**SOURCE MATERIAL**:

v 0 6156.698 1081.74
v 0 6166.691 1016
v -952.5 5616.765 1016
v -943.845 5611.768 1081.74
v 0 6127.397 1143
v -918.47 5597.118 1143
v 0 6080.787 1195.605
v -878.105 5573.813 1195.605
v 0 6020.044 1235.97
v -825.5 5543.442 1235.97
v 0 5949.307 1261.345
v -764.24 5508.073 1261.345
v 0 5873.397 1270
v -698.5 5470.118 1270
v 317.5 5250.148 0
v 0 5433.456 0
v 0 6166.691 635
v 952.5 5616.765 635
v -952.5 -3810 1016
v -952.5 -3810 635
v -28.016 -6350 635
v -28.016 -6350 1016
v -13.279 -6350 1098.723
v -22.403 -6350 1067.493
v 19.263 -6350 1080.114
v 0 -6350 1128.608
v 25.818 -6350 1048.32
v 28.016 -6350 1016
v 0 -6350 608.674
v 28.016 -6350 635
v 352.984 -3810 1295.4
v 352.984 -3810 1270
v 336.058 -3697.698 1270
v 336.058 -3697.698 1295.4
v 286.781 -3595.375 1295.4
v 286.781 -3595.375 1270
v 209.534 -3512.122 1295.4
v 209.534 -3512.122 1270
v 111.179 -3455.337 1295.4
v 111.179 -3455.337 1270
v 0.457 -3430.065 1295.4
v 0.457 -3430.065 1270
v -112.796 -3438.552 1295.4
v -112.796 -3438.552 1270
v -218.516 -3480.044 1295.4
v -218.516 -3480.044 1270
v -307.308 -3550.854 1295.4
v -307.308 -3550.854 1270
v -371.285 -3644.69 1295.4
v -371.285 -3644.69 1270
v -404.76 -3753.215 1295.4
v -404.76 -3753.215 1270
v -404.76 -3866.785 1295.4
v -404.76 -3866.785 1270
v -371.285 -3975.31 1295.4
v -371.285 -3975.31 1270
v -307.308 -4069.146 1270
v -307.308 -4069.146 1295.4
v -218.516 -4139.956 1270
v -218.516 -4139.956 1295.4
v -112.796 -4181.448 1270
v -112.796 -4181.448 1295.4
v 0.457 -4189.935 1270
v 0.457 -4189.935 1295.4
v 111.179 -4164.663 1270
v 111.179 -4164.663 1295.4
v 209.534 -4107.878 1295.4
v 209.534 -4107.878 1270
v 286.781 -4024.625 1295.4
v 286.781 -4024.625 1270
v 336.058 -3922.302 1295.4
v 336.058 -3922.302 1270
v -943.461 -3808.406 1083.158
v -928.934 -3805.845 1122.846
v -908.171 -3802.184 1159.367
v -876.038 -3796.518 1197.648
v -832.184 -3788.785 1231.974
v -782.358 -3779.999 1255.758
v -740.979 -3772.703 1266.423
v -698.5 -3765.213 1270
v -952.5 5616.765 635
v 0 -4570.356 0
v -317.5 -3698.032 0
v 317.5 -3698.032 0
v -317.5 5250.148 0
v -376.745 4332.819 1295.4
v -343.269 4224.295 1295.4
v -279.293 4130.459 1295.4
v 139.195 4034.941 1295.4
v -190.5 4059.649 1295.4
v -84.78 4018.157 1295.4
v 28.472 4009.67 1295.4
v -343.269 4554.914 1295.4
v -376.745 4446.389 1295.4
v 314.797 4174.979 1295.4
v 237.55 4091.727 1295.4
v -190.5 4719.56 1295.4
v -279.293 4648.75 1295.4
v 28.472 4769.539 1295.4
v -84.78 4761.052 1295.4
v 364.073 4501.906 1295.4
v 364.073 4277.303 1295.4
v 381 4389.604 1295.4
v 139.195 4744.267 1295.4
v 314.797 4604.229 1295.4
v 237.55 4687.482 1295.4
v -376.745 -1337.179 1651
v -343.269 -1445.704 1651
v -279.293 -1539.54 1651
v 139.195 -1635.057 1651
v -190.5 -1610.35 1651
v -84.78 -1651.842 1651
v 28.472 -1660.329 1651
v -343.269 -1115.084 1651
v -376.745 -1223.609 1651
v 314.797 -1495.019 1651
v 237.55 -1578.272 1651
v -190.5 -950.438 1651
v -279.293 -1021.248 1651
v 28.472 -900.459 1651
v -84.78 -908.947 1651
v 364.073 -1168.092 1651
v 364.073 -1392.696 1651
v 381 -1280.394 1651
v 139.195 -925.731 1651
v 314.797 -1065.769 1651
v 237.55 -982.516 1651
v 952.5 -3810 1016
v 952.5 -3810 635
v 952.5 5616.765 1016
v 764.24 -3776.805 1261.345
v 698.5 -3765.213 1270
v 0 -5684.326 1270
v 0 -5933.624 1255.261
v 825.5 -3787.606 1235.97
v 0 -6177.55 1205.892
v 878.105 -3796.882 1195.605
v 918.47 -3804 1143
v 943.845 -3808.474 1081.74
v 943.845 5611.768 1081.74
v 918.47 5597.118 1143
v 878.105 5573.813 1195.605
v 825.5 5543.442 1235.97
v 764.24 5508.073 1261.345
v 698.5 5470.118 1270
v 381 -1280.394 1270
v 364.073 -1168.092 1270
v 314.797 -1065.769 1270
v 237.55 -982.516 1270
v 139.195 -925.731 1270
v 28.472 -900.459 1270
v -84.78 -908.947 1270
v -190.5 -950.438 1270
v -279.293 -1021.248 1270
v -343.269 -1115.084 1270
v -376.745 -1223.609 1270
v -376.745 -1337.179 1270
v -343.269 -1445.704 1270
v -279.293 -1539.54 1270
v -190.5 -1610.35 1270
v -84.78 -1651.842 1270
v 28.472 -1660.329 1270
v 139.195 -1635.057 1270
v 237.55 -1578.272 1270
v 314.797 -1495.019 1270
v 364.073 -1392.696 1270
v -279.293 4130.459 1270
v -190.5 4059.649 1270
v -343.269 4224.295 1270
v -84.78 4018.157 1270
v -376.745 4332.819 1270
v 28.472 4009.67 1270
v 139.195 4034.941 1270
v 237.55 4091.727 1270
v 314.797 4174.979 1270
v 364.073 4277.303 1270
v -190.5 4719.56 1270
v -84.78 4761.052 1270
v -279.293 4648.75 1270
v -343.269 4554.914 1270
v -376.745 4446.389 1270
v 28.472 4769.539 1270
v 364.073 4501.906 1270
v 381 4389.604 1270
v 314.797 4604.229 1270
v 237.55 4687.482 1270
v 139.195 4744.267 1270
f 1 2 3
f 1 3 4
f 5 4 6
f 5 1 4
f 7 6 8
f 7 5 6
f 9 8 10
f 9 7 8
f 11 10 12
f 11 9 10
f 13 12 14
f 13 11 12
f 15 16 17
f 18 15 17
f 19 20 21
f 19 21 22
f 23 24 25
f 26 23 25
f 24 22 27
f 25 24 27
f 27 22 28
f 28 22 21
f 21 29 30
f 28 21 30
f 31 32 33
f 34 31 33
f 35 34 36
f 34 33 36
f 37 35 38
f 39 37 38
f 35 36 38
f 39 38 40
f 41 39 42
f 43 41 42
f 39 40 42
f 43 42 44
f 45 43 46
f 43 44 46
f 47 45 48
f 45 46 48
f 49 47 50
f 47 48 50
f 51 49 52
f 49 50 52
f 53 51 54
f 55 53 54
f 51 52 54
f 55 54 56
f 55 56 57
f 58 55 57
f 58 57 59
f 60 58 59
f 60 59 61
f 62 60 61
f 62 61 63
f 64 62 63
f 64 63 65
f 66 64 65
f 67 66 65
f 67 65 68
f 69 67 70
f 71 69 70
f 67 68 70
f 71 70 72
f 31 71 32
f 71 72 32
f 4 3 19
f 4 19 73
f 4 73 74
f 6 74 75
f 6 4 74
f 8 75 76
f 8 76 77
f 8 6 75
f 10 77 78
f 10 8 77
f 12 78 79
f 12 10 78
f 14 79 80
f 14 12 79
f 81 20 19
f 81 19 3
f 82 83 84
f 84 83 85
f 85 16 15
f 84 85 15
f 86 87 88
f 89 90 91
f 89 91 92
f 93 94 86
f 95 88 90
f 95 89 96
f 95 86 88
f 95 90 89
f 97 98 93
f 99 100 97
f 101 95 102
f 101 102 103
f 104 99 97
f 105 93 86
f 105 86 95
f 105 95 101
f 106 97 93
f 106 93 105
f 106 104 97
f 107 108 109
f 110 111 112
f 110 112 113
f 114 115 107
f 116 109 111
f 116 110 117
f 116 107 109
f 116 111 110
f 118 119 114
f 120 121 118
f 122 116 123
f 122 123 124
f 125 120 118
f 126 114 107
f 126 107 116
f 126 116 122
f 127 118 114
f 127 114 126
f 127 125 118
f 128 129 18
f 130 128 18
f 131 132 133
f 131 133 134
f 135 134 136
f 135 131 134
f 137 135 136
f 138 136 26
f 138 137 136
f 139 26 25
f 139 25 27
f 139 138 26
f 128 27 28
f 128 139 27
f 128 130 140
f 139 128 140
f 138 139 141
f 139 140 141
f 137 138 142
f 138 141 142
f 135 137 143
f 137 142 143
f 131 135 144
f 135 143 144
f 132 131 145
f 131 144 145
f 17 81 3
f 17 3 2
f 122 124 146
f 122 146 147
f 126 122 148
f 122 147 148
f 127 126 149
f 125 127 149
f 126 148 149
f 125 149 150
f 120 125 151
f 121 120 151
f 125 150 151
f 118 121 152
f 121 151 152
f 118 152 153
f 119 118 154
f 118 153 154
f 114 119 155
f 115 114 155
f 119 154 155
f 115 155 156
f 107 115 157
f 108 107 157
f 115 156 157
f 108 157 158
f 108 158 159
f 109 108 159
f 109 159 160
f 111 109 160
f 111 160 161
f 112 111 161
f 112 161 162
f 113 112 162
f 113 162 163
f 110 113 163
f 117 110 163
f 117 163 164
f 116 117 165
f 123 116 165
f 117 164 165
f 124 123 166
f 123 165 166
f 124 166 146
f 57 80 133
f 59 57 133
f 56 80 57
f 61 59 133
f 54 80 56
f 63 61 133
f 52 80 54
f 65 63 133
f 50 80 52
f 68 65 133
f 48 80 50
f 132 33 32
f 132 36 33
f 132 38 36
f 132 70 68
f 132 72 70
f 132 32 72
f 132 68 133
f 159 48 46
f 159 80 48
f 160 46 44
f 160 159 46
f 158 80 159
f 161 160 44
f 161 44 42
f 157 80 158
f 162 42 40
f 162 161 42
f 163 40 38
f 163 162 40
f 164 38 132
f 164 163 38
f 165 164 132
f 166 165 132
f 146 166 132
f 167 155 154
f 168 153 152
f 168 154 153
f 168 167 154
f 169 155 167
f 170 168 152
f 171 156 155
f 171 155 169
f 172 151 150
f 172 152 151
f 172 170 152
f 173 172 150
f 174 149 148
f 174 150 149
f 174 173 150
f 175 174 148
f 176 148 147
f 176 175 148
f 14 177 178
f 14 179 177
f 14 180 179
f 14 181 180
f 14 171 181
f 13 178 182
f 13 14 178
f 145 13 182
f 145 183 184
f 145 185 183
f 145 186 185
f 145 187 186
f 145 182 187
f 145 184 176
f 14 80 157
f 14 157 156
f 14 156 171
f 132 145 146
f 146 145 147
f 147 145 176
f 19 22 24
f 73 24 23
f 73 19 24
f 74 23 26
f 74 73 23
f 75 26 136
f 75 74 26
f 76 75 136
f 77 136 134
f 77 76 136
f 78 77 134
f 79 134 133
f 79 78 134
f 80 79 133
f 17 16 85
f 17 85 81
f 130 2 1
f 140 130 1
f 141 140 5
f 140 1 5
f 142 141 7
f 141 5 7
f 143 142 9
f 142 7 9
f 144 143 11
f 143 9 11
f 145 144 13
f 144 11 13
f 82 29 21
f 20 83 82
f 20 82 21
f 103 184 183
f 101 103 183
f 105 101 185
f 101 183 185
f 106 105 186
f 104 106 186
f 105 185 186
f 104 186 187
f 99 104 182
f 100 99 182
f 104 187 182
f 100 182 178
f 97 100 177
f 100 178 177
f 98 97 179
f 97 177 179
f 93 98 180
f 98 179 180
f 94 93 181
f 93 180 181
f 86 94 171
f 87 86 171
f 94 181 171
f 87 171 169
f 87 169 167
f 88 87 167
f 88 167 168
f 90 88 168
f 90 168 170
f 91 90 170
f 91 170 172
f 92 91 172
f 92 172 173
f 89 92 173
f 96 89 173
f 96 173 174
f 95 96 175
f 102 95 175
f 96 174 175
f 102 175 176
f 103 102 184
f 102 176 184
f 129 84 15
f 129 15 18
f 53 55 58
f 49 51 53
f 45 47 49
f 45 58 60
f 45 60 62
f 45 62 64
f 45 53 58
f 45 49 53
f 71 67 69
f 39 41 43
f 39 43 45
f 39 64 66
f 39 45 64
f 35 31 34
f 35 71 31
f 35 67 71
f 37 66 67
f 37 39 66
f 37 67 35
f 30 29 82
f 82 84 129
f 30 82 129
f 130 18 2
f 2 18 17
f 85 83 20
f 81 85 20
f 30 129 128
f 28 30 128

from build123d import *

# Parameters (mm, degrees)
F0_W          = 1905
F0_H          = 12700
F1_DEPTH      = 1270
F2_SIZE2      = 924.4843950362
F2_SIZE       = 2540
F2_2_SIZE2    = 924.4843950362
F2_2_SIZE     = 2540
F3_T1_DEPTH   = 7841.1978168008
F4_R          = 381
F5_DEPTH      = 381
F6_R          = 381
F7_DEPTH      = 25.4
F8_R          = 381
F9_DEPTH      = 25.4
F10_T1_DEPTH  = 7112.1620249564
F10_T3_DEPTH  = 13835.9156409968
F10_T5_DEPTH  = 4365.8896575229
F10_T7_DEPTH  = 4365.8896575229
F10_T9_DEPTH  = 7112.1620249564
F10_T14_DEPTH = 3322.0686046444
F10_T19_DEPTH = 3322.0686046444
F11_T1_DEPTH  = 11141.2651581292
F11_T3_DEPTH  = 4417.5115420888
F11_T5_DEPTH  = 4417.5115420888
F11_T7_DEPTH  = 2369.8522628062
F11_T9_DEPTH  = 2369.8522628062


# Not quite as in the source:
# - a fillet or chamfer that OpenCascade refuses, or shapes differently, is made with other operations: its cross-section is extruded or revolved along the edge and cut away or added


with BuildPart() as f1:
    # F0 (on Top) → F1 (new body)
    with BuildSketch(Plane.XY):
        Rectangle(F0_W, F0_H)
    extrude(amount=F1_DEPTH)

    # F2
    f2_edges = [f1.edges().sort_by_distance(p)[0] for p in [
        (952.5, -6350, 635),
    ]]
    f2_side = f1.faces().sort_by_distance((952.5, 0, 635))[0]
    chamfer(f2_edges, length=F2_SIZE, length2=F2_SIZE2, reference=f2_side)

    # F2#2
    f2_2_edges = [f1.edges().sort_by_distance(p)[0] for p in [
        (-952.5, -6350, 635),
    ]]
    f2_2_side = f1.faces().sort_by_distance((-952.5, 0, 635))[0]
    chamfer(f2_2_edges, length=F2_2_SIZE, length2=F2_2_SIZE2, reference=f2_2_side)

    # F3: chamfer of 1270 x 733.2348418708 on 2 edges, made by hand

    # F3_s2 → F3_t1 (cut)
    with BuildSketch(Plane.XY.offset(-3285.5989084004)):
        Polygon((952.5, 5616.7651581292), (-317.5, 6350), (952.5, 6350), align=None)
        Polygon((-952.5, 5616.7651581292), (317.5, 6350), (-952.5, 6350), align=None)
    extrude(amount=F3_T1_DEPTH, mode=Mode.SUBTRACT)

    # F4 (on face) → F5 (join)
    with BuildSketch(Plane.XY.offset(1270)):
        with Locations((0, -1280.3941220168)):
            Circle(F4_R)
    extrude(amount=F5_DEPTH)

    # F6 (on face) → F7 (join)
    with BuildSketch(Plane.XY.offset(1270)):
        with Locations((0, 4389.6043354776)):
            Circle(F6_R)
    extrude(amount=F7_DEPTH)

    # F8 (on face) → F9 (join)
    with BuildSketch(Plane.XY.offset(1270)):
        with Locations((-28.0156049638, -3810)):
            Circle(F8_R)
    extrude(amount=F9_DEPTH)

    # F10: chamfer of 635 on 7 edges, made by hand

    # F10_s2 → F10_t1 (cut)
    with BuildSketch(Plane(origin=(163.5960713175, -449.4765118562, 0), x_dir=(0, 0, 1), z_dir=(0.3420201433, -0.9396926208, 0))):
        Polygon((0, 1563.1539673694), (635, 2198.1539673694), (0, 2198.1539673694), align=None)
    extrude(amount=F10_T1_DEPTH, mode=Mode.SUBTRACT)

    # F10_s4 → F10_t3 (cut)
    with BuildSketch(Plane.XZ.offset(-7249.7838554876)):
        Polygon((-317.5, 0), (-952.5, 635), (-952.5, 0), align=None)
        Polygon((317.5, 0), (952.5, 635), (952.5, 0), align=None)
    extrude(amount=F10_T3_DEPTH, mode=Mode.SUBTRACT)

    # F10_s6 → F10_t5 (cut)
    with BuildSketch(Plane(origin=(4084.4913337829, 2358.1821710622, 0), x_dir=(0, 0, 1), z_dir=(-0.8660254038, -0.5, 0))):
        Polygon((0, 4705.5113140312), (635, 5340.5113140312), (0, 5340.5113140312), align=None)
    extrude(amount=F10_T5_DEPTH, mode=Mode.SUBTRACT)

    # F10_s8 → F10_t7 (cut)
    with BuildSketch(Plane(origin=(-4084.4913337829, 2358.1821710622, 0), x_dir=(0, 0, 1), z_dir=(0.8660254038, -0.5, 0))):
        Polygon((0, -4705.5113140312), (635, -5340.5113140312), (0, -5340.5113140312), align=None)
    extrude(amount=F10_T7_DEPTH, mode=Mode.SUBTRACT)

    # F10_s10 → F10_t9 (cut)
    with BuildSketch(Plane(origin=(-163.5960713175, -449.4765118562, 0), x_dir=(0, 0, 1), z_dir=(-0.3420201433, -0.9396926208, 0))):
        Polygon((0, -1563.1539673694), (635, -2198.1539673694), (0, -2198.1539673694), align=None)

**WORK INSTRUCTION**:
Look through the data above and return exactly the lines from the one that contains "f 118 153 154" to the one that contains "f 124 123 166", inclusive, with nothing else.

**RESPONSE BOX**:
f 118 153 154
f 114 119 155
f 115 114 155
f 119 154 155
f 115 155 156
f 107 115 157
f 108 107 157
f 115 156 157
f 108 157 158
f 108 158 159
f 109 108 159
f 109 159 160
f 111 109 160
f 111 160 161
f 112 111 161
f 112 161 162
f 113 112 162
f 113 162 163
f 110 113 163
f 117 110 163
f 117 163 164
f 116 117 165
f 123 116 165
f 117 164 165
f 124 123 166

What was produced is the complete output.